§ **Goal of the exercise**
Retype, word for word, every line of the records below starting at the one that contains "f 16 436 439" and ending at the one that contains "f 445 446 766"; include both of those lines and nothing more.

START Data for analysis

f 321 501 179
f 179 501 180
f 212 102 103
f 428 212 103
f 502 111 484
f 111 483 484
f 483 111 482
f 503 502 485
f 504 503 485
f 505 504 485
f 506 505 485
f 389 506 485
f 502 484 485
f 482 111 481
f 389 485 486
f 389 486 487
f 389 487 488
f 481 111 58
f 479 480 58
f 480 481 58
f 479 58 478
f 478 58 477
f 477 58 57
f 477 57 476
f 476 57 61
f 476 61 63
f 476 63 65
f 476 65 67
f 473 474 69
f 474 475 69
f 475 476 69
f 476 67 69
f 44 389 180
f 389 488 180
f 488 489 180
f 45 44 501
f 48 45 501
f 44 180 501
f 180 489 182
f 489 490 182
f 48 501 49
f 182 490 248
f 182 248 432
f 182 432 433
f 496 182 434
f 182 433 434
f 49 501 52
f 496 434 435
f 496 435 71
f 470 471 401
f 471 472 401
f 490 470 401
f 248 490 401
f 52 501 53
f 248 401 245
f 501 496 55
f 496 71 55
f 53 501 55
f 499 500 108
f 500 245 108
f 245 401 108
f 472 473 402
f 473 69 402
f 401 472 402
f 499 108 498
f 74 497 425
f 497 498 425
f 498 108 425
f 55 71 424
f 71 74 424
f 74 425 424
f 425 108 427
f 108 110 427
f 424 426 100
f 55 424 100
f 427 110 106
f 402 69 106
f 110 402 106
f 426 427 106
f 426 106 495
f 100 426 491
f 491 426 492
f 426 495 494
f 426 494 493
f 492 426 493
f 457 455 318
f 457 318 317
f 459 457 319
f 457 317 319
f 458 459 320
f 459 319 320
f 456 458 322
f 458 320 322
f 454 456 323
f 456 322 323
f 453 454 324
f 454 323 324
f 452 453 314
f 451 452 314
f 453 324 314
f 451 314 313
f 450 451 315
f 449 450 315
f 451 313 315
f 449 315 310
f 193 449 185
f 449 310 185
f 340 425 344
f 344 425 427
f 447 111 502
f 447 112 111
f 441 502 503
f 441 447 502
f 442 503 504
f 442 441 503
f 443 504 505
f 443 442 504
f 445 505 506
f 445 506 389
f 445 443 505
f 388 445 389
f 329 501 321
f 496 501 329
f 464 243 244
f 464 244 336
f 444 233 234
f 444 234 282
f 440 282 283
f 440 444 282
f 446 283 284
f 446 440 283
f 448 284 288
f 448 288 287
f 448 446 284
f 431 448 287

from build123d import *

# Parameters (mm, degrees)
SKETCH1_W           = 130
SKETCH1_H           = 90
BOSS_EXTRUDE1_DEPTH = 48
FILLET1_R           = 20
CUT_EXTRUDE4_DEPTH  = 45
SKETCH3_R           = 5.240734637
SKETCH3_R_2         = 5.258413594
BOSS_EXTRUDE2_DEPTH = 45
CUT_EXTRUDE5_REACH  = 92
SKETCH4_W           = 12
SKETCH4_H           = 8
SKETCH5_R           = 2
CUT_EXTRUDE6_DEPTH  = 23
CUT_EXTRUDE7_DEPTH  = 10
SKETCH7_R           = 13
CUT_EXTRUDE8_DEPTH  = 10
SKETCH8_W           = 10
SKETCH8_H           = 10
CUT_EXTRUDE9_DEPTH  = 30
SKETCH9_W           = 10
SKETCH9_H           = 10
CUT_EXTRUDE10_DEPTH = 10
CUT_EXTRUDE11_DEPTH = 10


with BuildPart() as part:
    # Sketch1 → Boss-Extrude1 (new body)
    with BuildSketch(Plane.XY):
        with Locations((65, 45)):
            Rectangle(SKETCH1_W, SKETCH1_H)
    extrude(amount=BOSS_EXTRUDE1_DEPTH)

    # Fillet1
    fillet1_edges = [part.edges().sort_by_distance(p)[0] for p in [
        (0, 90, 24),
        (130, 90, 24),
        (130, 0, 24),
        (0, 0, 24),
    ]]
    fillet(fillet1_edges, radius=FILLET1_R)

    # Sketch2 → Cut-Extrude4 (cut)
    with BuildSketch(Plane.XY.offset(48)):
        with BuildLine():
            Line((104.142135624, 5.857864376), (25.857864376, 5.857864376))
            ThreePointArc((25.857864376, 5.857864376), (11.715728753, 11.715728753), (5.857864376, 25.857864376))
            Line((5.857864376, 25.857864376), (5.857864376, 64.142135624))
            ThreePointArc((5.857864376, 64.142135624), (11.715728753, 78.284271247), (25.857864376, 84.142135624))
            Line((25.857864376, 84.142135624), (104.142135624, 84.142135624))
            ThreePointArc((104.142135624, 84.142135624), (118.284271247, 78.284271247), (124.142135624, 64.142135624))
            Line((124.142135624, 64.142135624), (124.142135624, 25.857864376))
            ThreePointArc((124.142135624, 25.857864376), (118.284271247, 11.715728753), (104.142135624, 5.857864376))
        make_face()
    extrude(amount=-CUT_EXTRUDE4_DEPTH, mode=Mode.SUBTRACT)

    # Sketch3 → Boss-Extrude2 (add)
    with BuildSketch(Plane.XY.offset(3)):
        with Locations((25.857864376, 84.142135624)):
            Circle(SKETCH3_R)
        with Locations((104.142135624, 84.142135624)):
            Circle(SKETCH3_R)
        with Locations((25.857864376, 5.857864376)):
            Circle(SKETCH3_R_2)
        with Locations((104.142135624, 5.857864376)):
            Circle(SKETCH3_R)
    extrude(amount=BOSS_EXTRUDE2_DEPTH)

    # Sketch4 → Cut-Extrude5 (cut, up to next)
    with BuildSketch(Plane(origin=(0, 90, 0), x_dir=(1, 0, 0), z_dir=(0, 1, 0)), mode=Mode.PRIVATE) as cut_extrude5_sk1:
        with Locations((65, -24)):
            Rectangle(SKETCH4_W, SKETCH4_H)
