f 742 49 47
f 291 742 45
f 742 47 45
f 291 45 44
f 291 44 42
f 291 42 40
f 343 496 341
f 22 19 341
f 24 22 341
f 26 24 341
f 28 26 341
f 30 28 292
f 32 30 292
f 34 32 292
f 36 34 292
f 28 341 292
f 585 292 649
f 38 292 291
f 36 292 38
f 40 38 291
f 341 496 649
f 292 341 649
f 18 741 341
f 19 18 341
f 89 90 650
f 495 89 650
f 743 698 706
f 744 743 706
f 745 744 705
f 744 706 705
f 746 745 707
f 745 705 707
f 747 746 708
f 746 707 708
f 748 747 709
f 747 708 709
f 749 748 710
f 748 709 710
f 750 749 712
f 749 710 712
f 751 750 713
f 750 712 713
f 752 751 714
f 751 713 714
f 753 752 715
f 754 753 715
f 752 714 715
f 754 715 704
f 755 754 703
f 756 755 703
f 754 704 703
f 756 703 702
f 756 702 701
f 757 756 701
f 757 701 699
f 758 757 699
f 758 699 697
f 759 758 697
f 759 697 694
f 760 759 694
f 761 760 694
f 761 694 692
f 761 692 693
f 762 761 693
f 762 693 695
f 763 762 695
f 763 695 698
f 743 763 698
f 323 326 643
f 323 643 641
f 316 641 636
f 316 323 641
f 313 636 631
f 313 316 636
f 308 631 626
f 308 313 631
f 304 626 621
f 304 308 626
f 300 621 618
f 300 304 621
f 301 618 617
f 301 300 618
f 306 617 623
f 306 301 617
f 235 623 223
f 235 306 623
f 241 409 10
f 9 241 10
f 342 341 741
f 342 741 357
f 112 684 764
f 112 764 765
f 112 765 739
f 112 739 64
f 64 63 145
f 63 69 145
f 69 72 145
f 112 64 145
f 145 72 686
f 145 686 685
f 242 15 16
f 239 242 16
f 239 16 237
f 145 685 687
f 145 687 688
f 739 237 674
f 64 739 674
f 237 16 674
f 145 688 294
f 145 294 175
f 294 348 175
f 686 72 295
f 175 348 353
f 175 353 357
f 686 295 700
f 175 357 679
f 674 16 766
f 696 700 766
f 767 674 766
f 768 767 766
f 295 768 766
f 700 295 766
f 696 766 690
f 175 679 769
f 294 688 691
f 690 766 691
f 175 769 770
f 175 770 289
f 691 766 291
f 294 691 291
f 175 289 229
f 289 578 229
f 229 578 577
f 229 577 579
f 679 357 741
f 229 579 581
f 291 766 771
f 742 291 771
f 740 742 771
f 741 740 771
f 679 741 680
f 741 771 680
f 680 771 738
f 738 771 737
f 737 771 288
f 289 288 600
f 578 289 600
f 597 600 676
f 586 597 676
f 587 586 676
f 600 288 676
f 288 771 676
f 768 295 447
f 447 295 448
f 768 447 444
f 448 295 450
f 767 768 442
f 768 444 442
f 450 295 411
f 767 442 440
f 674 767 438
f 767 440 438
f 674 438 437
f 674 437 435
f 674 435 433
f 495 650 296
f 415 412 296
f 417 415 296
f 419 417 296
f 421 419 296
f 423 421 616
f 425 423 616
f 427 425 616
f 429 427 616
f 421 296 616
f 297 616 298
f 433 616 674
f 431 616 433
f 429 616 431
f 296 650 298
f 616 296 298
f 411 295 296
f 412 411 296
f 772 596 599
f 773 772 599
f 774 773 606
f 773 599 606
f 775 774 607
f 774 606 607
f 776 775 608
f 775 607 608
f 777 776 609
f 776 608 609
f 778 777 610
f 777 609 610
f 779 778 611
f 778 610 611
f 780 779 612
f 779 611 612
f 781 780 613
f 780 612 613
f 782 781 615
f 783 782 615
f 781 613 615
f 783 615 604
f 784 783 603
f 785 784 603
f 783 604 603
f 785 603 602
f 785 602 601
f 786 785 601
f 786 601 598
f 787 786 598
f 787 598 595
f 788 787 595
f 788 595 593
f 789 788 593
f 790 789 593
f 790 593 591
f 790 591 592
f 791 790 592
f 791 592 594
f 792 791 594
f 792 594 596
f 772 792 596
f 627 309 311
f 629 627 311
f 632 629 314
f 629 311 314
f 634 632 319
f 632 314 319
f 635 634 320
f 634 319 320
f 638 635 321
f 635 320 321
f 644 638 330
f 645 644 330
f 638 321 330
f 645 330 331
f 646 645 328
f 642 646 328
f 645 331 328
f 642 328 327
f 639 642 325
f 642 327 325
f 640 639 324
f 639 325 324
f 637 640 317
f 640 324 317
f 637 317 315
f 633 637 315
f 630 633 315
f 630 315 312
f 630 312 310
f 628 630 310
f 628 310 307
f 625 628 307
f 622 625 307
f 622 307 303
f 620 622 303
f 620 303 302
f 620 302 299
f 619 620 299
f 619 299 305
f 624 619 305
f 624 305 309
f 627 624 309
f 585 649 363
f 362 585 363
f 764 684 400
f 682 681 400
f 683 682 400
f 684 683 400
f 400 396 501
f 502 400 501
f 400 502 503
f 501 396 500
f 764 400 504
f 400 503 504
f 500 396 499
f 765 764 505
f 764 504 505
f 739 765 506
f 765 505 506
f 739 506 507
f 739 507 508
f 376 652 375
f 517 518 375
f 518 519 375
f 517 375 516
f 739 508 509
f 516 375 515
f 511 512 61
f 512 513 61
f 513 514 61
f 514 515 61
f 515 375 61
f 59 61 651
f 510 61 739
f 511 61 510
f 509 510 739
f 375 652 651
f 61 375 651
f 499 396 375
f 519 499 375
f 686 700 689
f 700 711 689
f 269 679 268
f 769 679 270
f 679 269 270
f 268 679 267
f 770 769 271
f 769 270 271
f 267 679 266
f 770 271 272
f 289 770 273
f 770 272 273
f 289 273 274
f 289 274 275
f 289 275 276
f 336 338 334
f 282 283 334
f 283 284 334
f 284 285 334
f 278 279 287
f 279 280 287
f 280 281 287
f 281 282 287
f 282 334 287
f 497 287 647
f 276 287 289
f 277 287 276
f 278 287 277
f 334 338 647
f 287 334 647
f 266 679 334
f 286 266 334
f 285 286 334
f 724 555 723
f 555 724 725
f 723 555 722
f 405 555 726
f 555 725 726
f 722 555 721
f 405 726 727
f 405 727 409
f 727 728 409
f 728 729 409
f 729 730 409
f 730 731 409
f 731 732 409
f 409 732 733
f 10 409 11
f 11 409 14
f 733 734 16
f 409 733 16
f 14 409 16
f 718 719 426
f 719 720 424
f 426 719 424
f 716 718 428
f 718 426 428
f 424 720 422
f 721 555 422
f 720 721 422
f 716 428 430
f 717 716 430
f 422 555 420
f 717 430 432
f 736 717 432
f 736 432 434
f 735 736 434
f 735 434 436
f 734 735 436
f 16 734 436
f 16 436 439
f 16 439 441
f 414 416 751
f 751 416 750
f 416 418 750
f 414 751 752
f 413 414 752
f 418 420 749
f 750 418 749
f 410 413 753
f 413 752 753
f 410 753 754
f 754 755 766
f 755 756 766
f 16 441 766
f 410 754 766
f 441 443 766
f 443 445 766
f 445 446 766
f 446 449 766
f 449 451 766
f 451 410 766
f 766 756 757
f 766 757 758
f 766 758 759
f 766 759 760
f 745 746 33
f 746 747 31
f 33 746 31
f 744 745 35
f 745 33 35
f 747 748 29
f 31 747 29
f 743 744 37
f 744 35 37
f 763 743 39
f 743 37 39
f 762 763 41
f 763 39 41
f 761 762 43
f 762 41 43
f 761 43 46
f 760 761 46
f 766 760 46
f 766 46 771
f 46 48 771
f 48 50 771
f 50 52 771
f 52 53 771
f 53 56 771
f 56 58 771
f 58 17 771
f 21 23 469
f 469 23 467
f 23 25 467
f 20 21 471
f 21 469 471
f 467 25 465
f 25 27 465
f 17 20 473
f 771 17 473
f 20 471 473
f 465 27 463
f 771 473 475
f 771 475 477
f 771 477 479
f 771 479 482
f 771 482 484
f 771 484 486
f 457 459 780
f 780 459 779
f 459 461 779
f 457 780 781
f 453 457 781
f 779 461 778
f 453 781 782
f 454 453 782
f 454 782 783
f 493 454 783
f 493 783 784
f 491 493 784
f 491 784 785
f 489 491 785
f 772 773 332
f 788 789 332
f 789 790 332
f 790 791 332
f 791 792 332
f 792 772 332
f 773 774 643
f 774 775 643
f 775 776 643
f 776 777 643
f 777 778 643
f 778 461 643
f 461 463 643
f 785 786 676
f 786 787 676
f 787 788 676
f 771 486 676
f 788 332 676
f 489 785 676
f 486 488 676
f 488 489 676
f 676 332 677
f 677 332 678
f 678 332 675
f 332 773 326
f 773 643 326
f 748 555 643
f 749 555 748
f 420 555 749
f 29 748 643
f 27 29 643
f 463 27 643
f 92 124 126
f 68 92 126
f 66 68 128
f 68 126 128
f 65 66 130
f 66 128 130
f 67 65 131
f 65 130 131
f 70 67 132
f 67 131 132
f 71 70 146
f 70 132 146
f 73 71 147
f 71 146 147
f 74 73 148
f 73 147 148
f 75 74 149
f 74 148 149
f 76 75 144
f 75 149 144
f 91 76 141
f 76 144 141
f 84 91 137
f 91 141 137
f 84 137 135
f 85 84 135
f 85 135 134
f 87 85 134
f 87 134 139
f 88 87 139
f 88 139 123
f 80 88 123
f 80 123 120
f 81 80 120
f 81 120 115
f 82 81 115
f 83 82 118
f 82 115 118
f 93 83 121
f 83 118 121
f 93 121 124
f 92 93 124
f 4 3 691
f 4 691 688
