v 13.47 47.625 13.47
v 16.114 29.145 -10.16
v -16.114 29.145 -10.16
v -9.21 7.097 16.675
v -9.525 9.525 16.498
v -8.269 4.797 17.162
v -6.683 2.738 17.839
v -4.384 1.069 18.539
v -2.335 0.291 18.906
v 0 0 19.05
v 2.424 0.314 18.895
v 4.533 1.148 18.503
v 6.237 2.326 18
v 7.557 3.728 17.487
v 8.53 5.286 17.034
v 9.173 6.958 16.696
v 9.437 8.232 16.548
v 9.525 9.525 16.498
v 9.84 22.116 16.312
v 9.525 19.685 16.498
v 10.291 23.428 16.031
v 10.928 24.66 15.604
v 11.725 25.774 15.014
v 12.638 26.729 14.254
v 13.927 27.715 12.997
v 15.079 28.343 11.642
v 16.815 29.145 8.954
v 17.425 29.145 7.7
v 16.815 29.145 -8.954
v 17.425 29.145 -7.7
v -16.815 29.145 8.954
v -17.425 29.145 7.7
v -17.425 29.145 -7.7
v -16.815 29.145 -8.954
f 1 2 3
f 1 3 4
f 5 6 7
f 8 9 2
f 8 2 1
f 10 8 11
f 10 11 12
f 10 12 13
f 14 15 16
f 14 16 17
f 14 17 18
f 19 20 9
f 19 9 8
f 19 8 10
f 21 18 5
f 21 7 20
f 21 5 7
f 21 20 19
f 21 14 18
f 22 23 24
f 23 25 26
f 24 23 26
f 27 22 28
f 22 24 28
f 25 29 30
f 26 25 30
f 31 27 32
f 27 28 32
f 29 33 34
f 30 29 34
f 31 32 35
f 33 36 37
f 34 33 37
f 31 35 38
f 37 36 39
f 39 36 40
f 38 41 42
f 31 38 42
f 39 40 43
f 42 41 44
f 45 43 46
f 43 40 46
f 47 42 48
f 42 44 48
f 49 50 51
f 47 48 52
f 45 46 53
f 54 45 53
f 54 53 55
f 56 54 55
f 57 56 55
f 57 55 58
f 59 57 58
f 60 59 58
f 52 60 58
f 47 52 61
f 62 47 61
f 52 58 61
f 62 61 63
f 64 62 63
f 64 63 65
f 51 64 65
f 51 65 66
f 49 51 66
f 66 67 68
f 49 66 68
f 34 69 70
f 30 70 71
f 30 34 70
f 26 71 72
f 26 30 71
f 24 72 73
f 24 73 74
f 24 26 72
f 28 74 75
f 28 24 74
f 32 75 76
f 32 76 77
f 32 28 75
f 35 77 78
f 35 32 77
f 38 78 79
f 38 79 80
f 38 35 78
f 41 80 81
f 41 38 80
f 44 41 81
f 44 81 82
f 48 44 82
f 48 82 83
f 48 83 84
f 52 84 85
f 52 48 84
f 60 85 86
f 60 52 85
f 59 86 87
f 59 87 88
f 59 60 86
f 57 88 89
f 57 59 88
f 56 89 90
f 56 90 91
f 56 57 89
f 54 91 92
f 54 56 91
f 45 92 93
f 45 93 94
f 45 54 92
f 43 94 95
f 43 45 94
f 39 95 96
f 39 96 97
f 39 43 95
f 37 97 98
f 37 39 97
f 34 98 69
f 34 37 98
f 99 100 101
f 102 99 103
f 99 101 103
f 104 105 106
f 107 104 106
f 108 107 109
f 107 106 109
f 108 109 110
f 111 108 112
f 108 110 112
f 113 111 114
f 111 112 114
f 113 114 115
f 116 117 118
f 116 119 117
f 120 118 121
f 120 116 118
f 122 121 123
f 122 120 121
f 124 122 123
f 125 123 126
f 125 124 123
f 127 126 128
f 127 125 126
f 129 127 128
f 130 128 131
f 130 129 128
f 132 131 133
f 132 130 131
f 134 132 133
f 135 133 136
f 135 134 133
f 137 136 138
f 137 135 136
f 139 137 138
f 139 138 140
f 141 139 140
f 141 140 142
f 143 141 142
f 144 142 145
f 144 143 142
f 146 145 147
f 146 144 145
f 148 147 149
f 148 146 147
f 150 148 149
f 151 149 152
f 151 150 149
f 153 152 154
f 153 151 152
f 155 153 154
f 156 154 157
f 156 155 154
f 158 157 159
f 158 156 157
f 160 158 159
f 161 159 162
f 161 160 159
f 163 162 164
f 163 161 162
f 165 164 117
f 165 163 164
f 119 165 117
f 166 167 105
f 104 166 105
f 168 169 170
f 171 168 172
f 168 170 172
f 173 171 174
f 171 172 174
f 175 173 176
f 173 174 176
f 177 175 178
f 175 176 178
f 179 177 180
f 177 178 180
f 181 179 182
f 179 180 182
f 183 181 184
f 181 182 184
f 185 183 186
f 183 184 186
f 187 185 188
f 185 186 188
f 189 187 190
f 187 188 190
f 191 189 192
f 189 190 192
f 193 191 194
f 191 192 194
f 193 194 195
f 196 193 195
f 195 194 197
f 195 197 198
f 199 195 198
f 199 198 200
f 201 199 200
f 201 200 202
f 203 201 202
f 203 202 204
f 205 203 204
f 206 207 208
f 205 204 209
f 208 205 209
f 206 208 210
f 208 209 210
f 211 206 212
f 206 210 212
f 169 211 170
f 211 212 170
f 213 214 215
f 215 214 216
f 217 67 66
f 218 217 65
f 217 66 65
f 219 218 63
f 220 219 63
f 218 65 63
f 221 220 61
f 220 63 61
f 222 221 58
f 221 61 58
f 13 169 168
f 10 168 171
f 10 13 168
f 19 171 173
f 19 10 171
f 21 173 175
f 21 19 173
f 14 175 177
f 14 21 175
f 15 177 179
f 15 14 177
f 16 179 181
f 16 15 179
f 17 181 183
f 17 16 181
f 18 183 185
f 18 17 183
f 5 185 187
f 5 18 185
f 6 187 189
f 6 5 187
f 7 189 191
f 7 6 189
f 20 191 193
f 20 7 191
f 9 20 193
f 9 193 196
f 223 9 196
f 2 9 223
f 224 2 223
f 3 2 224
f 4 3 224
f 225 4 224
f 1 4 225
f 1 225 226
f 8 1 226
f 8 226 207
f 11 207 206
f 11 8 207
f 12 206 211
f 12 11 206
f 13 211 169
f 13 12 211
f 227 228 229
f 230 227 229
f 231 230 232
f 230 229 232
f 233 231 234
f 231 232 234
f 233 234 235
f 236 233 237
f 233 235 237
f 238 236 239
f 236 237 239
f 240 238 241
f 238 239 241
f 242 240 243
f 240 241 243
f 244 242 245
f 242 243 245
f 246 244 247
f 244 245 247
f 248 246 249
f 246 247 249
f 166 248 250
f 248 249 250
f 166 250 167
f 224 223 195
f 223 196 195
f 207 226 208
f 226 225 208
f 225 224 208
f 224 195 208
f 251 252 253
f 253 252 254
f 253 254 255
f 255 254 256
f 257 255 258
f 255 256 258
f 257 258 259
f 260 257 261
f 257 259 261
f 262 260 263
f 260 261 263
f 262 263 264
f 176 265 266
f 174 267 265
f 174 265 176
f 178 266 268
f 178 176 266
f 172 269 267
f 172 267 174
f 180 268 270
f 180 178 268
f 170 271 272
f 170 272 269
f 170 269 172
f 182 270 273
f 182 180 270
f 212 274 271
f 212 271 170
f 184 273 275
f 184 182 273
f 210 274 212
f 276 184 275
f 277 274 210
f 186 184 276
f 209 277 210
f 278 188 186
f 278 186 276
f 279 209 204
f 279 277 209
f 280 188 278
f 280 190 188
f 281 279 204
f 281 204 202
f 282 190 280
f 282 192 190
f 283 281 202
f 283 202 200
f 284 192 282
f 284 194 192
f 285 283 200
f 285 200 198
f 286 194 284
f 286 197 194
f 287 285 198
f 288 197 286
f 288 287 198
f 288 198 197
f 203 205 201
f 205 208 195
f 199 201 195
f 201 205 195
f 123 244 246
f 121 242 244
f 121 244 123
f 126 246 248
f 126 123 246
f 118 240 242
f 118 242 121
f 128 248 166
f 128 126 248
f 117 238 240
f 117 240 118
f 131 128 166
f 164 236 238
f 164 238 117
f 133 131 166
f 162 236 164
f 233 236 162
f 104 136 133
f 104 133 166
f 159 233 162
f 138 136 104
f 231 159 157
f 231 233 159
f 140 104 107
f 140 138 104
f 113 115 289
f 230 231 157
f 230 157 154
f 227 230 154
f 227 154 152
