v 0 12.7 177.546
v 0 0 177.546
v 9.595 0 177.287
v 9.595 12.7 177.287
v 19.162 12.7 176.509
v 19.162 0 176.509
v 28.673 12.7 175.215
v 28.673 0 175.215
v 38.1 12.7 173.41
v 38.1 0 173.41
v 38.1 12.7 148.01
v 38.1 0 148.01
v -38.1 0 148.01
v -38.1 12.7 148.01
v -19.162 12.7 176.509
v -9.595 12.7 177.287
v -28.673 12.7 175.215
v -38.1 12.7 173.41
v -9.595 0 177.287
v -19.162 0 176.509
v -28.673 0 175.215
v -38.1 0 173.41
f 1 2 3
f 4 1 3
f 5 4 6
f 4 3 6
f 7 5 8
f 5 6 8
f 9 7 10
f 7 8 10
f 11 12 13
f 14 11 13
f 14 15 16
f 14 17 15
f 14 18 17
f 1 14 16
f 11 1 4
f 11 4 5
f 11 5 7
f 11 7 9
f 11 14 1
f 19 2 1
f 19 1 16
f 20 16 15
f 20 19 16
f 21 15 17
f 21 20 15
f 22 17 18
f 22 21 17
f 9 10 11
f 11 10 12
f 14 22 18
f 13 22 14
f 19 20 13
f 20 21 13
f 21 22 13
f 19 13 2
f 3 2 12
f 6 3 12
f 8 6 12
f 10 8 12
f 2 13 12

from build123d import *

# Parameters (mm, degrees)
BOSS_EXTRUDE1_DEPTH = 12.7


with BuildPart() as part:
    # Sketch1 → Boss-Extrude1 (new body)
    with BuildSketch(Plane(origin=(0, 0, 0), x_dir=(1, 0, 0), z_dir=(0, 1, 0))):
        with BuildLine():
            Line((-38.1, -173.409838579), (-38.1, -148.009838579))
            Line((-38.1, -148.009838579), (0, -148.009838579))
            Line((0, -148.009838579), (0, -177.546))
            ThreePointArc((0, -177.546), (-19.161927299, -176.508930817), (-38.1, -173.409838579))
        make_face()
    boss_extrude1 = extrude(amount=BOSS_EXTRUDE1_DEPTH)

    # Mirror1: Boss-Extrude1 across plane
    add(boss_extrude1.mirror(Plane(origin=(0, 12.7, 148.009838579), x_dir=(0, 0, 1), z_dir=(-1, 0, 0))))


solid = part.part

END Data for analysis

§ **Result of this exercise**
f 16 436 439
f 16 439 441
f 414 416 751
f 751 416 750
f 416 418 750
f 414 751 752
f 413 414 752
f 418 420 749
f 750 418 749
f 410 413 753
f 413 752 753
f 410 753 754
f 754 755 766
f 755 756 766
f 16 441 766
f 410 754 766
f 441 443 766
f 443 445 766
f 445 446 766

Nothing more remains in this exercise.